About this exercise: Set down, please, exactly the lines below that run from the line with "#181=CARTESIAN_POINT('',(0.,24.999999,-12.358302));" to the line with "#210=ORIENTED_EDGE('',*,*,#160,.F.);", both lines included.

Collected data
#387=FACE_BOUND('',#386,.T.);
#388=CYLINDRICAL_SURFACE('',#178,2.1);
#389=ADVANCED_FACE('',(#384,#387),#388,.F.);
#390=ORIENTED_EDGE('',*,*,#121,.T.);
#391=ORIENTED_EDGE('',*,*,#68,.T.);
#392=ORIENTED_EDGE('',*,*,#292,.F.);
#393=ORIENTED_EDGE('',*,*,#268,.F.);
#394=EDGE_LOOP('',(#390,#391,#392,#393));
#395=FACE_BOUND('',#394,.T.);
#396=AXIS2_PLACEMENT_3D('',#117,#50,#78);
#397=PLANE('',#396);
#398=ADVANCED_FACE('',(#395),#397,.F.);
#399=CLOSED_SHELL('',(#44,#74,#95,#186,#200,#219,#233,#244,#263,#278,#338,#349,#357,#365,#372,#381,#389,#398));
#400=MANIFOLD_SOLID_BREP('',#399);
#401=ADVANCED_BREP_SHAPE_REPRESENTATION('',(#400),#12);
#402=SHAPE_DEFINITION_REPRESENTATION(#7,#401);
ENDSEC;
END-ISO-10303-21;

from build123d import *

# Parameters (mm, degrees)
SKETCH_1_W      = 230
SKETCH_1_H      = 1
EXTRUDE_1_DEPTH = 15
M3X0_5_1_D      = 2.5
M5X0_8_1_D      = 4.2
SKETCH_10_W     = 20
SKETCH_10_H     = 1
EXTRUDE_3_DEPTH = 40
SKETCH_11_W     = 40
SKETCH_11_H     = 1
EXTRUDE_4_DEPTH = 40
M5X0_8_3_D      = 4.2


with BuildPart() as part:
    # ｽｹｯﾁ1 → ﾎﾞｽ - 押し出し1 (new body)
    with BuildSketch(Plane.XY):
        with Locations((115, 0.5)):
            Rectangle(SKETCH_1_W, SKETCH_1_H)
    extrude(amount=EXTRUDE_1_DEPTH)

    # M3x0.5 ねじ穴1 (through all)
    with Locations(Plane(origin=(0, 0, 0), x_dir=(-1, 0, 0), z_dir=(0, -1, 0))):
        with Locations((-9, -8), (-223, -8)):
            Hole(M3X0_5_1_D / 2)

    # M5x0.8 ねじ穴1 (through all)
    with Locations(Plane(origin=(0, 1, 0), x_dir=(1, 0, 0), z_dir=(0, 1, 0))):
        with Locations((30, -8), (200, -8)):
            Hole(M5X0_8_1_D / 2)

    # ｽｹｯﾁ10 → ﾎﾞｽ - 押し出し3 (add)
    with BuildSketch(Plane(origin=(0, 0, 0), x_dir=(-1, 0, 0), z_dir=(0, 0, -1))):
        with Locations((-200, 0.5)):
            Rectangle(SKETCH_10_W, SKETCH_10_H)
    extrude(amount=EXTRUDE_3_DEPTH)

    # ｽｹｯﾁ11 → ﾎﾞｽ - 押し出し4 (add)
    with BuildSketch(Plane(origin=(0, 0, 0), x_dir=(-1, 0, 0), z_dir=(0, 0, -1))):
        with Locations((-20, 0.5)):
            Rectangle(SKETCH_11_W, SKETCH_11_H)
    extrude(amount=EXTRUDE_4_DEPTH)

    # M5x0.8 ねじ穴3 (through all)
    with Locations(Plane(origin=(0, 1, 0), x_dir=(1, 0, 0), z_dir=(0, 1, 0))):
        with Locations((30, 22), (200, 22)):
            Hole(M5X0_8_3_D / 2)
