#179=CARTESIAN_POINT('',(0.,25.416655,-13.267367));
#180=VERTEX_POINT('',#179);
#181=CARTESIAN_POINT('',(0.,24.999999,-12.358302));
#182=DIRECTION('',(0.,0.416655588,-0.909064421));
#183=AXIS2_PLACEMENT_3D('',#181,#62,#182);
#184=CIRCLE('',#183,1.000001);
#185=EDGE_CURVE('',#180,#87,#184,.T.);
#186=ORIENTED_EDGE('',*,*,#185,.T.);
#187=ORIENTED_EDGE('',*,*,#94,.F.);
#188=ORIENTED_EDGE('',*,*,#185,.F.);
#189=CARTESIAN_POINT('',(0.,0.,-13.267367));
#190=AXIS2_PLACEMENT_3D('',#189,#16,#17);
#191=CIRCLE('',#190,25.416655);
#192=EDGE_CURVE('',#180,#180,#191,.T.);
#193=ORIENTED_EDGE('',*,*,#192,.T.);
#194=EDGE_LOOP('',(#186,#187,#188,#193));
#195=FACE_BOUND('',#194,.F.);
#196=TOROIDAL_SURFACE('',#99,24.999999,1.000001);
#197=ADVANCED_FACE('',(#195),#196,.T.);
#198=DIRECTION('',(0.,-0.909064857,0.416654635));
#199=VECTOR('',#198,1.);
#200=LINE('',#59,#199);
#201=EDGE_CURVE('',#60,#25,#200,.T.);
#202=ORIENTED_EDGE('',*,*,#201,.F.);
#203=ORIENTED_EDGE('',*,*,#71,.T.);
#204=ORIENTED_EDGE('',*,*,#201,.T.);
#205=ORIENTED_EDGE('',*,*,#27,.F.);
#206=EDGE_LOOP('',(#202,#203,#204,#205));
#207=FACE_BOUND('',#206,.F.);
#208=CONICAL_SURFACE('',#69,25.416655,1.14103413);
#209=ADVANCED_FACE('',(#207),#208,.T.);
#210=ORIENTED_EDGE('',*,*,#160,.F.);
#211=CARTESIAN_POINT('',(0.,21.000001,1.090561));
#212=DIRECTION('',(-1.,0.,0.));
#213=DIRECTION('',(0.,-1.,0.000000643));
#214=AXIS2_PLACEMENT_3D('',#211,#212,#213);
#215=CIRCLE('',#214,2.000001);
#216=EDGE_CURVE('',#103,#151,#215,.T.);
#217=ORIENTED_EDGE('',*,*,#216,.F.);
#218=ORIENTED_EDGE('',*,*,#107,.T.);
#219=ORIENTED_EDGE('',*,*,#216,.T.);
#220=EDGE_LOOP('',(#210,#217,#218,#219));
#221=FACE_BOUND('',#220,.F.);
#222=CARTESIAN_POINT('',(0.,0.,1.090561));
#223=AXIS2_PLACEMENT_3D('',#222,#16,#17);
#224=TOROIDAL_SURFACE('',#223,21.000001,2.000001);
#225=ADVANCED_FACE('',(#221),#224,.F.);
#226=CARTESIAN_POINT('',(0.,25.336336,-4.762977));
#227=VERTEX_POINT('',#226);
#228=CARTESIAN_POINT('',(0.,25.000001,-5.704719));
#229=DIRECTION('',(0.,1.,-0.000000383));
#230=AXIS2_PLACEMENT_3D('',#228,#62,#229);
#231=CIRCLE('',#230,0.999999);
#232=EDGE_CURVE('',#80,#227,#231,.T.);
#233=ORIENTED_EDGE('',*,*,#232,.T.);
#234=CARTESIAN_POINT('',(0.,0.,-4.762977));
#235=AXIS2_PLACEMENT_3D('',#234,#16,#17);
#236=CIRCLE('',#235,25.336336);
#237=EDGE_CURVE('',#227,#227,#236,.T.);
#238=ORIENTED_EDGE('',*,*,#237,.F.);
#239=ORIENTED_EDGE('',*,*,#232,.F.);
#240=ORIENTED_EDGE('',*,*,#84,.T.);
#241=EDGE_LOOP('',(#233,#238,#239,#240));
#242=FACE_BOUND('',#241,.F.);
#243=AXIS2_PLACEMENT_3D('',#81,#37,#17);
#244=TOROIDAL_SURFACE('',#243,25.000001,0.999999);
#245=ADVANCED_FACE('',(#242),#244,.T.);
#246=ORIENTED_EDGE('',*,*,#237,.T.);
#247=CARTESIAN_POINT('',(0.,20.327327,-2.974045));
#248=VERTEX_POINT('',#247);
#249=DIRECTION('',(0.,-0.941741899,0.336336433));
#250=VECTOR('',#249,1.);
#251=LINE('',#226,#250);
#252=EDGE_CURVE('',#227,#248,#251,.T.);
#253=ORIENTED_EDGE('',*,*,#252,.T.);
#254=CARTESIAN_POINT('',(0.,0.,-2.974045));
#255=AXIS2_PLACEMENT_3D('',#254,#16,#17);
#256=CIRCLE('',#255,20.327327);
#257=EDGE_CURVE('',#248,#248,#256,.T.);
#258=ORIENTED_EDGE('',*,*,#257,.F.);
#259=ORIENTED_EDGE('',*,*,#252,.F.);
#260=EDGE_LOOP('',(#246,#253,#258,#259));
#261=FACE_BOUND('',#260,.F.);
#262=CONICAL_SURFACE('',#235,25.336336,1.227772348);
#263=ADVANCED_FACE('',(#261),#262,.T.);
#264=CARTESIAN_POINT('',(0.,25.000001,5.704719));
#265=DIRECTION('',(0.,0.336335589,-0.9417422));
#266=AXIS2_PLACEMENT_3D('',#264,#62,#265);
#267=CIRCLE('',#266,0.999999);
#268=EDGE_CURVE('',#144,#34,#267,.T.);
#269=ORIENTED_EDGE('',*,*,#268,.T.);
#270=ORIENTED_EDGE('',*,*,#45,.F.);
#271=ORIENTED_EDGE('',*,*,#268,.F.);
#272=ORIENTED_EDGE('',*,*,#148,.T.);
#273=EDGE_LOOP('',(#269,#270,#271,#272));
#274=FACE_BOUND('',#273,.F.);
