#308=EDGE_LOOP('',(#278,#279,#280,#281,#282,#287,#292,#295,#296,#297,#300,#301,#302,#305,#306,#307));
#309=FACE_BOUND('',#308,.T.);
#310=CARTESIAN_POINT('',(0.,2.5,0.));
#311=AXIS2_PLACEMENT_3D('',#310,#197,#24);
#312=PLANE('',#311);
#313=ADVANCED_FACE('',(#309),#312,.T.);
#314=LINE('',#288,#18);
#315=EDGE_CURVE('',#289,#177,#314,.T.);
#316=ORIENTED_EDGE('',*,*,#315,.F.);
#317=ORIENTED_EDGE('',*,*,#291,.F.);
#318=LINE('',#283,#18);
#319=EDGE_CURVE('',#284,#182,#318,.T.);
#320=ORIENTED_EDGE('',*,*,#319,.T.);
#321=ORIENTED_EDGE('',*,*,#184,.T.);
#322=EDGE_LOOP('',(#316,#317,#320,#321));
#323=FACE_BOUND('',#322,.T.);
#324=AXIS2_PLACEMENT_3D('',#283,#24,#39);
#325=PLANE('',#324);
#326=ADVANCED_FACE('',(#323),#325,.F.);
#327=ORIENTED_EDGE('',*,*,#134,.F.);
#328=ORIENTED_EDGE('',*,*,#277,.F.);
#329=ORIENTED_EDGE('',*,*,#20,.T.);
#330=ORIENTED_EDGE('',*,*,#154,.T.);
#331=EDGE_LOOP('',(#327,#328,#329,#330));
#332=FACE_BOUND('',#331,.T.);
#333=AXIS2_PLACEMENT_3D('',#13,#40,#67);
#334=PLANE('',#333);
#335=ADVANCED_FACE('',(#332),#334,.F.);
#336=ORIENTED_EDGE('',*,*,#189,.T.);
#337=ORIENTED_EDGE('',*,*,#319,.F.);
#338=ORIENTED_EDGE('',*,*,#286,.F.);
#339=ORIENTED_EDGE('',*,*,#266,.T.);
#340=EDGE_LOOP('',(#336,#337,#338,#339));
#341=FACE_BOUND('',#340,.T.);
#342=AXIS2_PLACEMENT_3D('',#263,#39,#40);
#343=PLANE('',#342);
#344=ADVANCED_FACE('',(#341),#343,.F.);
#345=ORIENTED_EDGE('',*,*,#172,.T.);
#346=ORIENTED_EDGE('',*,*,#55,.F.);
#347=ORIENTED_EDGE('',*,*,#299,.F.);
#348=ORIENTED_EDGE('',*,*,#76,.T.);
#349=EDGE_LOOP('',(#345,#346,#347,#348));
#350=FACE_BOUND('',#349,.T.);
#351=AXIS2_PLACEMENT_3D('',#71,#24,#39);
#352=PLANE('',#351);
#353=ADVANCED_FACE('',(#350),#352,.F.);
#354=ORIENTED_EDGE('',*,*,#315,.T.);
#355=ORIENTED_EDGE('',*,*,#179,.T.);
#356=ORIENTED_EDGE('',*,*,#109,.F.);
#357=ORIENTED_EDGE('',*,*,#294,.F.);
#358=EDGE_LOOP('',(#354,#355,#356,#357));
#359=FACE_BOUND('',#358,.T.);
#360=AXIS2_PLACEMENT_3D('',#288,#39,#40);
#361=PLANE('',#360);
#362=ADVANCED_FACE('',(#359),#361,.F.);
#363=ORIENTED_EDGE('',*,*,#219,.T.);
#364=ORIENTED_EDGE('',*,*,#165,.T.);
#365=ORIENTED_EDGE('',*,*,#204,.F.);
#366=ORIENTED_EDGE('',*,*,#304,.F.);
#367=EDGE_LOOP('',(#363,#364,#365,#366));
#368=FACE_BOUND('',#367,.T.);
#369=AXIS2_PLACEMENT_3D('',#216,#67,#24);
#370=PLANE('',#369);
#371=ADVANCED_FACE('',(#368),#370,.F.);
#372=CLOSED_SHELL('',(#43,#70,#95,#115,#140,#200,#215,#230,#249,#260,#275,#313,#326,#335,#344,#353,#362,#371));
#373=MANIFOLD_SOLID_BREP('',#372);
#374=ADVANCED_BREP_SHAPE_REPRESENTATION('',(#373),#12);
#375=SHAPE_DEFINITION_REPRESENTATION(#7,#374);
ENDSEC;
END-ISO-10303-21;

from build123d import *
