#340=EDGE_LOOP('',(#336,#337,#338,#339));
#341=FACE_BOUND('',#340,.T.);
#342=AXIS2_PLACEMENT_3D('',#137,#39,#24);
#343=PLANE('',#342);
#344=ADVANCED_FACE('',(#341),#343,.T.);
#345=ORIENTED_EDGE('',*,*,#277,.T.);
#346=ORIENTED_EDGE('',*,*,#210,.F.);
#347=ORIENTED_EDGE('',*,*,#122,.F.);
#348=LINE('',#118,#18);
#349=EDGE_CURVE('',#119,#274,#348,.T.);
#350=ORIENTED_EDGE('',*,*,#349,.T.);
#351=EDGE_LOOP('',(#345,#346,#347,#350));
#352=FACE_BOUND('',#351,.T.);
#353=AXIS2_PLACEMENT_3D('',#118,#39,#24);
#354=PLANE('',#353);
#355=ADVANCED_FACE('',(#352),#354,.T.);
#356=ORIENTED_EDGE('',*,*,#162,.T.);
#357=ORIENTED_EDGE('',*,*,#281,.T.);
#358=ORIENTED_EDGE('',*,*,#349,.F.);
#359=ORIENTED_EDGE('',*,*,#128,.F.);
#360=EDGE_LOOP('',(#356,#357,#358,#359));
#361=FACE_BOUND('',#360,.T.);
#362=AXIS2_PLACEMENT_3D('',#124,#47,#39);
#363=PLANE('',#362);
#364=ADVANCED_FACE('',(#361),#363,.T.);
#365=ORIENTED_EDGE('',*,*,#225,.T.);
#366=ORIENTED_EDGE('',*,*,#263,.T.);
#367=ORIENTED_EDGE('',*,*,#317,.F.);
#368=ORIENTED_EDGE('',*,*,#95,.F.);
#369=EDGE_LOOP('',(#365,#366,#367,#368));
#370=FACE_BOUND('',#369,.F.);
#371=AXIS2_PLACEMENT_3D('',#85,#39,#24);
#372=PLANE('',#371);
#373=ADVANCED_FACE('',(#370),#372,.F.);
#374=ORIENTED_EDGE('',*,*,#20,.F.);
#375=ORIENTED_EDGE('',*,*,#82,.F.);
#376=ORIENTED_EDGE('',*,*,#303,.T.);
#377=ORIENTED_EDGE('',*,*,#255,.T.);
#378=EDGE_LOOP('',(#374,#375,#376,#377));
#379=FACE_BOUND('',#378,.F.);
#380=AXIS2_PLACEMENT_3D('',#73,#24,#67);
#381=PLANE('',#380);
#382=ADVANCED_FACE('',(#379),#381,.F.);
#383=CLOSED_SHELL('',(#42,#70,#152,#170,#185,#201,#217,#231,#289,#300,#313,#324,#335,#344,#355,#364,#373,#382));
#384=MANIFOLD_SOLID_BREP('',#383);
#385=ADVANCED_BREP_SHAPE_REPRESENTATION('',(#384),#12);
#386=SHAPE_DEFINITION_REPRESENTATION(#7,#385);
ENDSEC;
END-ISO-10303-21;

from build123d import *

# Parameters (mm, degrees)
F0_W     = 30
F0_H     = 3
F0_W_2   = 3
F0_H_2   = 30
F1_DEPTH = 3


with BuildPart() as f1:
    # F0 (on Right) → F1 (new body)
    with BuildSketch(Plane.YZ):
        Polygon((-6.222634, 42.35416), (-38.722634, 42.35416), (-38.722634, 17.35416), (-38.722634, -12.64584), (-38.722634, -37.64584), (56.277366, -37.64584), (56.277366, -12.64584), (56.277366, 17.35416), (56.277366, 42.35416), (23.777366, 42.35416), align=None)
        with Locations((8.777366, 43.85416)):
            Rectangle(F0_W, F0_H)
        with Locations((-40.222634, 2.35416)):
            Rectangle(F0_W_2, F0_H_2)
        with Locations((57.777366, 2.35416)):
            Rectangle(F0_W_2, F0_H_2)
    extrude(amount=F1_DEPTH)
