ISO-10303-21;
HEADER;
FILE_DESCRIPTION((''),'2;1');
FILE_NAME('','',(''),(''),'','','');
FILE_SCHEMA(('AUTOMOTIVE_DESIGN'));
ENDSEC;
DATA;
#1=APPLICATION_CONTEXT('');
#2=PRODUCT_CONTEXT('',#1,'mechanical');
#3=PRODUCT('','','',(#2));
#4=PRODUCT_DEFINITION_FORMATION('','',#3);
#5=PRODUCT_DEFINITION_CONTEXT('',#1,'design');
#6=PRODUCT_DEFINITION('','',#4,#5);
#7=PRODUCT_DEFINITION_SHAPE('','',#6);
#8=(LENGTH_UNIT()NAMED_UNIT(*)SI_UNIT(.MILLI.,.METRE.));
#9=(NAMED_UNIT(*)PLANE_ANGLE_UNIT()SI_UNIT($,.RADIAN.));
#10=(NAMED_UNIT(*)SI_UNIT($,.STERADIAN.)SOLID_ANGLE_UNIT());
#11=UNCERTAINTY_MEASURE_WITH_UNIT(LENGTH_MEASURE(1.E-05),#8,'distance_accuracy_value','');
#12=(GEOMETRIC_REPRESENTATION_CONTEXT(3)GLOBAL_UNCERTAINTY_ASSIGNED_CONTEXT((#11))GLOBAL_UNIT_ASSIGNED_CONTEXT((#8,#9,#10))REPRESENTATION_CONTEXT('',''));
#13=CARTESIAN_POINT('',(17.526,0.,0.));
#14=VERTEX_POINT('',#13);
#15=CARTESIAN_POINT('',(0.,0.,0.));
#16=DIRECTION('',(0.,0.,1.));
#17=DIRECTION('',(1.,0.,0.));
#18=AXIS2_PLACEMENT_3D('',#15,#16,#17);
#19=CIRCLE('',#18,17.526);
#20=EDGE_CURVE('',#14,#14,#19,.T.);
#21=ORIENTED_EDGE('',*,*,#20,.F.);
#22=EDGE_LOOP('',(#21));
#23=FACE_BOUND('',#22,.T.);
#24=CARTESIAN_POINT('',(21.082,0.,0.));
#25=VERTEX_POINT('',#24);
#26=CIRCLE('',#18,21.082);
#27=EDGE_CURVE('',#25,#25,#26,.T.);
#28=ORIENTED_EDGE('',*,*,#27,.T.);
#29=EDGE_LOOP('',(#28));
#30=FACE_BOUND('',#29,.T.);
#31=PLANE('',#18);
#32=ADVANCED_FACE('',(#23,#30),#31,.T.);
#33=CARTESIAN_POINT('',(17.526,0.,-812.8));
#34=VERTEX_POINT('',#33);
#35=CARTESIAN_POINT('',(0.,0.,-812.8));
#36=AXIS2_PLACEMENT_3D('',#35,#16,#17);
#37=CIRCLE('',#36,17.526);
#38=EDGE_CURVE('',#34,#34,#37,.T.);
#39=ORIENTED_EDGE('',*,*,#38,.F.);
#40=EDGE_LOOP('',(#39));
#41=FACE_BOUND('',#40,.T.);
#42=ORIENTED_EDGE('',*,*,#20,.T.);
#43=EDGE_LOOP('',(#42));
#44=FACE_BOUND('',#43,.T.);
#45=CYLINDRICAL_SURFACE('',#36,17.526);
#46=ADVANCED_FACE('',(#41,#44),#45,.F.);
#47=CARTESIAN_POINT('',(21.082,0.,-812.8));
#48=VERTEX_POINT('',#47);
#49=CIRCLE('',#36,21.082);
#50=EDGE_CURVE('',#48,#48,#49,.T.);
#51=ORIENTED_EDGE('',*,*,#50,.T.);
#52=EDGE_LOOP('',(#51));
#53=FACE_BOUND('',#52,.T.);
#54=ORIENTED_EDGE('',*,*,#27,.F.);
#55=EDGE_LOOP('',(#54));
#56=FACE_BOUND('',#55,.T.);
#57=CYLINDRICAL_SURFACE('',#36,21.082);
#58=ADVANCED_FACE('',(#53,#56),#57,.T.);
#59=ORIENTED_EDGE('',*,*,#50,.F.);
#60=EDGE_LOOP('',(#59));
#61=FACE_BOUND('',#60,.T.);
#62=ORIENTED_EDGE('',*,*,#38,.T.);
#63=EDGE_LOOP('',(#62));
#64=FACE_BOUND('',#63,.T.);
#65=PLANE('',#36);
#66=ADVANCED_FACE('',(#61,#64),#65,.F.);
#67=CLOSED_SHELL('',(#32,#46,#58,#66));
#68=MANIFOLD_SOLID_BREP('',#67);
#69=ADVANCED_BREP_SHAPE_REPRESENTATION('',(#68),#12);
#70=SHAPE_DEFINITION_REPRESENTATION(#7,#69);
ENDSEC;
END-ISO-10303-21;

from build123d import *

# Parameters (mm, degrees)
SKETCH1_R           = 21.082
SKETCH1_R_2         = 17.526
BOSS_EXTRUDE1_DEPTH = 812.8


with BuildPart() as part:
    # Sketch1 → Boss-Extrude1 (new body)
    with BuildSketch(Plane.XY):
        Circle(SKETCH1_R)
        Circle(SKETCH1_R_2, mode=Mode.SUBTRACT)
    extrude(amount=-BOSS_EXTRUDE1_DEPTH)


solid = part.part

Solution to this task:
#181=CARTESIAN_POINT('',(0.,24.999999,-12.358302));
#182=DIRECTION('',(0.,0.416655588,-0.909064421));
#183=AXIS2_PLACEMENT_3D('',#181,#62,#182);
#184=CIRCLE('',#183,1.000001);
#185=EDGE_CURVE('',#180,#87,#184,.T.);
#186=ORIENTED_EDGE('',*,*,#185,.T.);
#187=ORIENTED_EDGE('',*,*,#94,.F.);
#188=ORIENTED_EDGE('',*,*,#185,.F.);
#189=CARTESIAN_POINT('',(0.,0.,-13.267367));
#190=AXIS2_PLACEMENT_3D('',#189,#16,#17);
#191=CIRCLE('',#190,25.416655);
#192=EDGE_CURVE('',#180,#180,#191,.T.);
#193=ORIENTED_EDGE('',*,*,#192,.T.);
#194=EDGE_LOOP('',(#186,#187,#188,#193));
#195=FACE_BOUND('',#194,.F.);
#196=TOROIDAL_SURFACE('',#99,24.999999,1.000001);
#197=ADVANCED_FACE('',(#195),#196,.T.);
#198=DIRECTION('',(0.,-0.909064857,0.416654635));
#199=VECTOR('',#198,1.);
#200=LINE('',#59,#199);
#201=EDGE_CURVE('',#60,#25,#200,.T.);
#202=ORIENTED_EDGE('',*,*,#201,.F.);
#203=ORIENTED_EDGE('',*,*,#71,.T.);
#204=ORIENTED_EDGE('',*,*,#201,.T.);
#205=ORIENTED_EDGE('',*,*,#27,.F.);
#206=EDGE_LOOP('',(#202,#203,#204,#205));
#207=FACE_BOUND('',#206,.F.);
#208=CONICAL_SURFACE('',#69,25.416655,1.14103413);
#209=ADVANCED_FACE('',(#207),#208,.T.);
#210=ORIENTED_EDGE('',*,*,#160,.F.);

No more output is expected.